Saved entries
::::::::::

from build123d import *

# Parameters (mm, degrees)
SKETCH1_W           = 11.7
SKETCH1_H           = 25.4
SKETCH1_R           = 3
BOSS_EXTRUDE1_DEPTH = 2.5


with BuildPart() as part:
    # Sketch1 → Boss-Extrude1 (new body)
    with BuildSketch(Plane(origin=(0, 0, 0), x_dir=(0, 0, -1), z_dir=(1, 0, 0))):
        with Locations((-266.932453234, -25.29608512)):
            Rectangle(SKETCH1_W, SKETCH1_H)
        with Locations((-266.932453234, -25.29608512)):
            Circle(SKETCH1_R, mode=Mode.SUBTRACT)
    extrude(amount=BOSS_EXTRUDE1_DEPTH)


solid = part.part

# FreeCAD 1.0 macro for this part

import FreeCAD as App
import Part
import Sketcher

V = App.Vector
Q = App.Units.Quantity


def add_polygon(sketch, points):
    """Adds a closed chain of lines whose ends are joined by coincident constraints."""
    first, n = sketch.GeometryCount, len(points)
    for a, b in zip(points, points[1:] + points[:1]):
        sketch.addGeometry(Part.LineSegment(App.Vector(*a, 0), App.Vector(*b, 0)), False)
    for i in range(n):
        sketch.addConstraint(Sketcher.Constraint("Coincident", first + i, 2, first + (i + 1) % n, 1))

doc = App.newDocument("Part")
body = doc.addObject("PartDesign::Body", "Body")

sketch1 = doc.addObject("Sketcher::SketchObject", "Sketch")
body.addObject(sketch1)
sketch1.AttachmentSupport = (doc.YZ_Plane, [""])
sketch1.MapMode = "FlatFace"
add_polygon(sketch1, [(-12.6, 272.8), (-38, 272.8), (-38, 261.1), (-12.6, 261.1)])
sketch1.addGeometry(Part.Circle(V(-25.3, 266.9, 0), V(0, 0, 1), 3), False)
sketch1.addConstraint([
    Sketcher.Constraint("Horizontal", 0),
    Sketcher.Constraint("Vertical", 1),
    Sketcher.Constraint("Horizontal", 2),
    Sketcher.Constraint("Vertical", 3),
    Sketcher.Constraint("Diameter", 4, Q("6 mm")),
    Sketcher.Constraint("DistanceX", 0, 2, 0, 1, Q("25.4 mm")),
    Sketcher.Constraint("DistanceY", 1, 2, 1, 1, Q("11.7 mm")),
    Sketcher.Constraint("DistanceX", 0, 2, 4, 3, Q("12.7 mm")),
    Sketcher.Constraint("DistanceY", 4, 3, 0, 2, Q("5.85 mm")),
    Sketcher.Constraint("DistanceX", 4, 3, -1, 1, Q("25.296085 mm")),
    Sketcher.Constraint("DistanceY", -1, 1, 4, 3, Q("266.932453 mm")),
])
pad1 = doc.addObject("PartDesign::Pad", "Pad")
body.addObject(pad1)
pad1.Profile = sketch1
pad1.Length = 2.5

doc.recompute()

::::::::::

Task objective: All lines in the records that contain "with" are to be copied and returned.

Output below:
with BuildPart() as part:
    with BuildSketch(Plane(origin=(0, 0, 0), x_dir=(0, 0, -1), z_dir=(1, 0, 0))):
        with Locations((-266.932453234, -25.29608512)):
        with Locations((-266.932453234, -25.29608512)):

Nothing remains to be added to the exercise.